Figure 1-1 shows some of the common locations of networks that can be used to connect users to business applications.

Figure 1-1

Figure 1-1
Network Locations

Many different types and locations of networks exist. You might use a network in your home or home office to communicate via the Internet, to locate information, to place orders for merchandise, and to send messages to friends. You might have work in a small office that is set up with a network that connects other computers and printers in the office. You might work in a large enterprise in which many computers, printers, storage devices, and servers communicate and store information from many departments over large geographic areas. All of these networks share many common components.

Common Physical Components of a Network

The physical components are the hardware devices that are interconnected to form a computer network. Depending on the size of the network, the number and size of these components varies, but most computer networks consist of the basic components shown in Figure 1-2.

Figure 1-2

Figure 1-2
Common Network Components

These are the four major categories of physical components in a computer network:

  • Personal computers (PCs): The PCs serve as endpoints in the network, sending and receiving data.

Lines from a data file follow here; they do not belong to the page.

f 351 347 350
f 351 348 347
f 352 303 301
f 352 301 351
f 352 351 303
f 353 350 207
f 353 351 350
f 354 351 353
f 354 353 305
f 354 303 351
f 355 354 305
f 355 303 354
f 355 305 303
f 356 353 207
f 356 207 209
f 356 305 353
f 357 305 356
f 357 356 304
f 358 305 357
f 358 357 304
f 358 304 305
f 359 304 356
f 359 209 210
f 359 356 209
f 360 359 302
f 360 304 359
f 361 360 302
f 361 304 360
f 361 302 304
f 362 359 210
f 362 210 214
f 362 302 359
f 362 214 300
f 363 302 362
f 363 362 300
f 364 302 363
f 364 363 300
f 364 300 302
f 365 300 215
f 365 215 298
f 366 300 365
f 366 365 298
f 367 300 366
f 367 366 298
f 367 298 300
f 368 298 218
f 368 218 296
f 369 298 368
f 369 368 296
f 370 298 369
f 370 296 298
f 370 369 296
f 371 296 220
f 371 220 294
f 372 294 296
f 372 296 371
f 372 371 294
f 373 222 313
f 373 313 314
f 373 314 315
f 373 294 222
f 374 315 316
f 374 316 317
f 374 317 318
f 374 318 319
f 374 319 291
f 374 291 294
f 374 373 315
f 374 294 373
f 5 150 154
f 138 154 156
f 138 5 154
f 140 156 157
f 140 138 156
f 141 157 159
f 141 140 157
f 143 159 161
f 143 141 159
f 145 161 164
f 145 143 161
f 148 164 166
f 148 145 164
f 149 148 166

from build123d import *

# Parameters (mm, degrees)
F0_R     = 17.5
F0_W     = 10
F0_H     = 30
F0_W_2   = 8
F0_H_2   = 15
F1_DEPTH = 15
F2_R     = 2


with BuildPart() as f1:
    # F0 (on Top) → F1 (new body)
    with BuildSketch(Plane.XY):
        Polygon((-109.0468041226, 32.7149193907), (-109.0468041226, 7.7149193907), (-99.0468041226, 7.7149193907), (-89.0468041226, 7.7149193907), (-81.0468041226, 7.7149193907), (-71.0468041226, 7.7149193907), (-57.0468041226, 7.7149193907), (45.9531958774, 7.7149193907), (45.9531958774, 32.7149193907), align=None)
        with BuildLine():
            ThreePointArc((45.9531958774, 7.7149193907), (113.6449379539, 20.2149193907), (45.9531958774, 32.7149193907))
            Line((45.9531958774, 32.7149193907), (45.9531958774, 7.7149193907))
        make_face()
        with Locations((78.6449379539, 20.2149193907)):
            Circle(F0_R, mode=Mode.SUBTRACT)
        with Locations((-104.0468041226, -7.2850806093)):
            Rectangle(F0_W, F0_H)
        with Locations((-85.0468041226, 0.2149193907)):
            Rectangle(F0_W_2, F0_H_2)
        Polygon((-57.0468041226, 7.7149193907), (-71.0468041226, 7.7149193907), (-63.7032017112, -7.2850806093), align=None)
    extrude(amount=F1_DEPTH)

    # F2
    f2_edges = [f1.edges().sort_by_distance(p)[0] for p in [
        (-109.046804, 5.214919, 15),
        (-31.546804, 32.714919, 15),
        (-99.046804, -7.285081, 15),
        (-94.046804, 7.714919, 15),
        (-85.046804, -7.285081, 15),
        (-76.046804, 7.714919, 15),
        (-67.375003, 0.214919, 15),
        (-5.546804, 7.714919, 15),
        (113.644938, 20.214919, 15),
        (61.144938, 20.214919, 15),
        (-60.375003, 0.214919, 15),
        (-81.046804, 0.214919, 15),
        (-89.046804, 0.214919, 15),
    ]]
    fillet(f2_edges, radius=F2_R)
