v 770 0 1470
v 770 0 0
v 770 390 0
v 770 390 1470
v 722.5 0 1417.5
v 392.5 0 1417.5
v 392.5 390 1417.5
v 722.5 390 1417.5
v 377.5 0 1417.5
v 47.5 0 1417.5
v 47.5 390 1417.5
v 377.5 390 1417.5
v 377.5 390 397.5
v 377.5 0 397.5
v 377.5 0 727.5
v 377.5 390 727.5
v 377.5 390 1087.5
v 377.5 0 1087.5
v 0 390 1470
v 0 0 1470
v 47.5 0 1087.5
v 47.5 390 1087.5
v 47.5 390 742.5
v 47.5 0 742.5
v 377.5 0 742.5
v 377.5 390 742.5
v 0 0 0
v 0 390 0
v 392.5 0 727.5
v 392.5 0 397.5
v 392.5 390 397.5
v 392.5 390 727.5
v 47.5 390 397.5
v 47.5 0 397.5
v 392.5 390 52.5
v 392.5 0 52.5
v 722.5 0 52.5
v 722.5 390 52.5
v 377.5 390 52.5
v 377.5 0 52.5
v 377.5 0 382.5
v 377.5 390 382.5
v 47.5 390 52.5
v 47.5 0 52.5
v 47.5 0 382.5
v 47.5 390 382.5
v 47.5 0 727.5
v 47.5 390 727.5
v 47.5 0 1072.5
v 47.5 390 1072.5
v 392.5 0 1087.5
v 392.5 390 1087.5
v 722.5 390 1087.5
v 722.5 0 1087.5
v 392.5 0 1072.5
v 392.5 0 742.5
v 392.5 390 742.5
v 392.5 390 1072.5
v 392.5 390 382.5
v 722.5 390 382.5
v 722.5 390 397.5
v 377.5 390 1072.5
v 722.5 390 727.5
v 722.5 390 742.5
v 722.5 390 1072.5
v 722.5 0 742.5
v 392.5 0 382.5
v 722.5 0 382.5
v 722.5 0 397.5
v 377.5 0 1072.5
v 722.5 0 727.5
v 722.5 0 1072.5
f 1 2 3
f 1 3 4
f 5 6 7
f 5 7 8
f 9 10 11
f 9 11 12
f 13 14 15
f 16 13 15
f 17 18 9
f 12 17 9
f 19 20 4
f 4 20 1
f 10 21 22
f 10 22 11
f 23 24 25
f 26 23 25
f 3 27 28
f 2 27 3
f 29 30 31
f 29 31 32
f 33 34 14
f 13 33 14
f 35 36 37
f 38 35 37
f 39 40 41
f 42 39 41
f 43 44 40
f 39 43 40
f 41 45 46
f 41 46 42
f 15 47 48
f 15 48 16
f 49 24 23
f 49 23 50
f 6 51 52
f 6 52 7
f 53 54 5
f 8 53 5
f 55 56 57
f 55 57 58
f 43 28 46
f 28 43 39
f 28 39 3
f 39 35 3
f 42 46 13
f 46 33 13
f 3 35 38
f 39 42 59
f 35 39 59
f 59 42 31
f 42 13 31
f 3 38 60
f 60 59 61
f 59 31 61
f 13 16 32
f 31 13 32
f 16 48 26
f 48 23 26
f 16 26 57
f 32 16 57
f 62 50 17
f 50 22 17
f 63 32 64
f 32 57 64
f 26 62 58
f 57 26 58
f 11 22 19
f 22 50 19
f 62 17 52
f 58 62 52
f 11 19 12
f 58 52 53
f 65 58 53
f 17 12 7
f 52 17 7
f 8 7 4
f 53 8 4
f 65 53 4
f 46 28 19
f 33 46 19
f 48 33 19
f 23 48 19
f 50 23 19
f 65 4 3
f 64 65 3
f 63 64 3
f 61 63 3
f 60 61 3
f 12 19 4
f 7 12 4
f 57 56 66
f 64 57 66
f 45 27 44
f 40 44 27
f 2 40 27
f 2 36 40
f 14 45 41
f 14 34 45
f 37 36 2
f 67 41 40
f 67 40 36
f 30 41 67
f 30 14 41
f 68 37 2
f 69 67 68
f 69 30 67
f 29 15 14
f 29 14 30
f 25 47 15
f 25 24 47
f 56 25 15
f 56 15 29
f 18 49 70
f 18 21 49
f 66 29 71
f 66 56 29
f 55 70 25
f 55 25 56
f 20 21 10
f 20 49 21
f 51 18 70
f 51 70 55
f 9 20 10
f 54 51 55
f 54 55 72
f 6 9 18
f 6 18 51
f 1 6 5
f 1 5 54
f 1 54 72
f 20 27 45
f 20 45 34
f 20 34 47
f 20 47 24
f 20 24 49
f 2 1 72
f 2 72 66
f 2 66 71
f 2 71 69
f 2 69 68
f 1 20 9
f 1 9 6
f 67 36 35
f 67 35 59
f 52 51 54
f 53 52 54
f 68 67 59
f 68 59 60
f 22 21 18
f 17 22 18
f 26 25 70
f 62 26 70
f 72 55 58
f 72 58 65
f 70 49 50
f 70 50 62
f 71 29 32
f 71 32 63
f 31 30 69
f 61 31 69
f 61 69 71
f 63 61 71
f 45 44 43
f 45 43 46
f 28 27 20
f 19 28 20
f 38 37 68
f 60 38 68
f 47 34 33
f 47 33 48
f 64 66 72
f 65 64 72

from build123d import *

# Parameters (mm, degrees)
F0_W     = 770
F0_H     = 1470
F1_DEPTH = 390
F2_W     = 330
F2_H     = 330
F3_DEPTH = 390


with BuildPart() as f1:
    # F0 (on Front) → F1 (new body)
    with BuildSketch(Plane.XZ):
        with Locations((385, 735)):
            Rectangle(F0_W, F0_H)
    extrude(amount=-F1_DEPTH)

    # F2 (on face) → F3 (cut, through all)
    with BuildSketch(Plane.XZ):
        with Locations((212.5, 562.5)):
            Rectangle(F2_W, F2_H)
        with Locations((557.5, 562.5)):
            Rectangle(F2_W, F2_H)
        with Locations((557.5, 907.5)):
            Rectangle(F2_W, F2_H)
        with Locations((212.5, 907.5)):
            Rectangle(F2_W, F2_H)
        with Locations((212.5, 1252.5)):
            Rectangle(F2_W, F2_H)
        with Locations((557.5, 1252.5)):
            Rectangle(F2_W, F2_H)
        with Locations((212.5, 217.5)):
            Rectangle(F2_W, F2_H)
        with Locations((557.5, 217.5)):
            Rectangle(F2_W, F2_H)
    extrude(amount=-F3_DEPTH, mode=Mode.SUBTRACT)


solid = f1.part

  • Interconnections: The interconnections consist of components that provide a means for data to travel from one point to another point in the network. This category includes components such as the following:

    • Network interface cards (NICs) that translate the data produced by the computer into a format that can be transmitted over the local network

    • Network media, such as cables or wireless media, that provide the means by which the signals are transmitted from one networked device to another

    • Connectors that provide the connection points for the media

  • Switches: Switches are devices that provide network attachment to the end systems and intelligent switching of the data within the local network.

  • Routers: Routers interconnect networks and choose the best paths between networks.

Interpreting a Network Diagram

When designing and describing a computer network, you use a drawing or diagram to describe the physical components and how they are interconnected.

The network diagram uses common symbols to capture information related to the network for planning, reference, and troubleshooting purposes. The amount of information and the details of that information differ from organization to organization. The network topology is commonly represented by a series of lines and icons. Figure 1-3 shows a typical network diagram.

In this diagram:

  • A cloud represents the Internet or WAN connection.

  • A cylinder with arrows represents a router.

  • A rectangular box with arrows represents a workgroup switch.

  • A tower PC represents a server.

  • A laptop or computer and monitor represent an end user PC.

  • A straight line represents an Ethernet link.

  • A Z-shaped line represents a serial link.

Figure 1-3

Figure 1-3
Typical Network Diagram

Other information can be included as space allows. For example, it is sometimes desirable to identify the interface on a device in the format of s0/0/0 for a serial interface or fa0/0 for a Fast Ethernet interface. It is also common to include the network address of the segment in the format such as 10.1.1.0/24, where 10.1.1.0 indicates the network address and /24 indicates the subnet mask.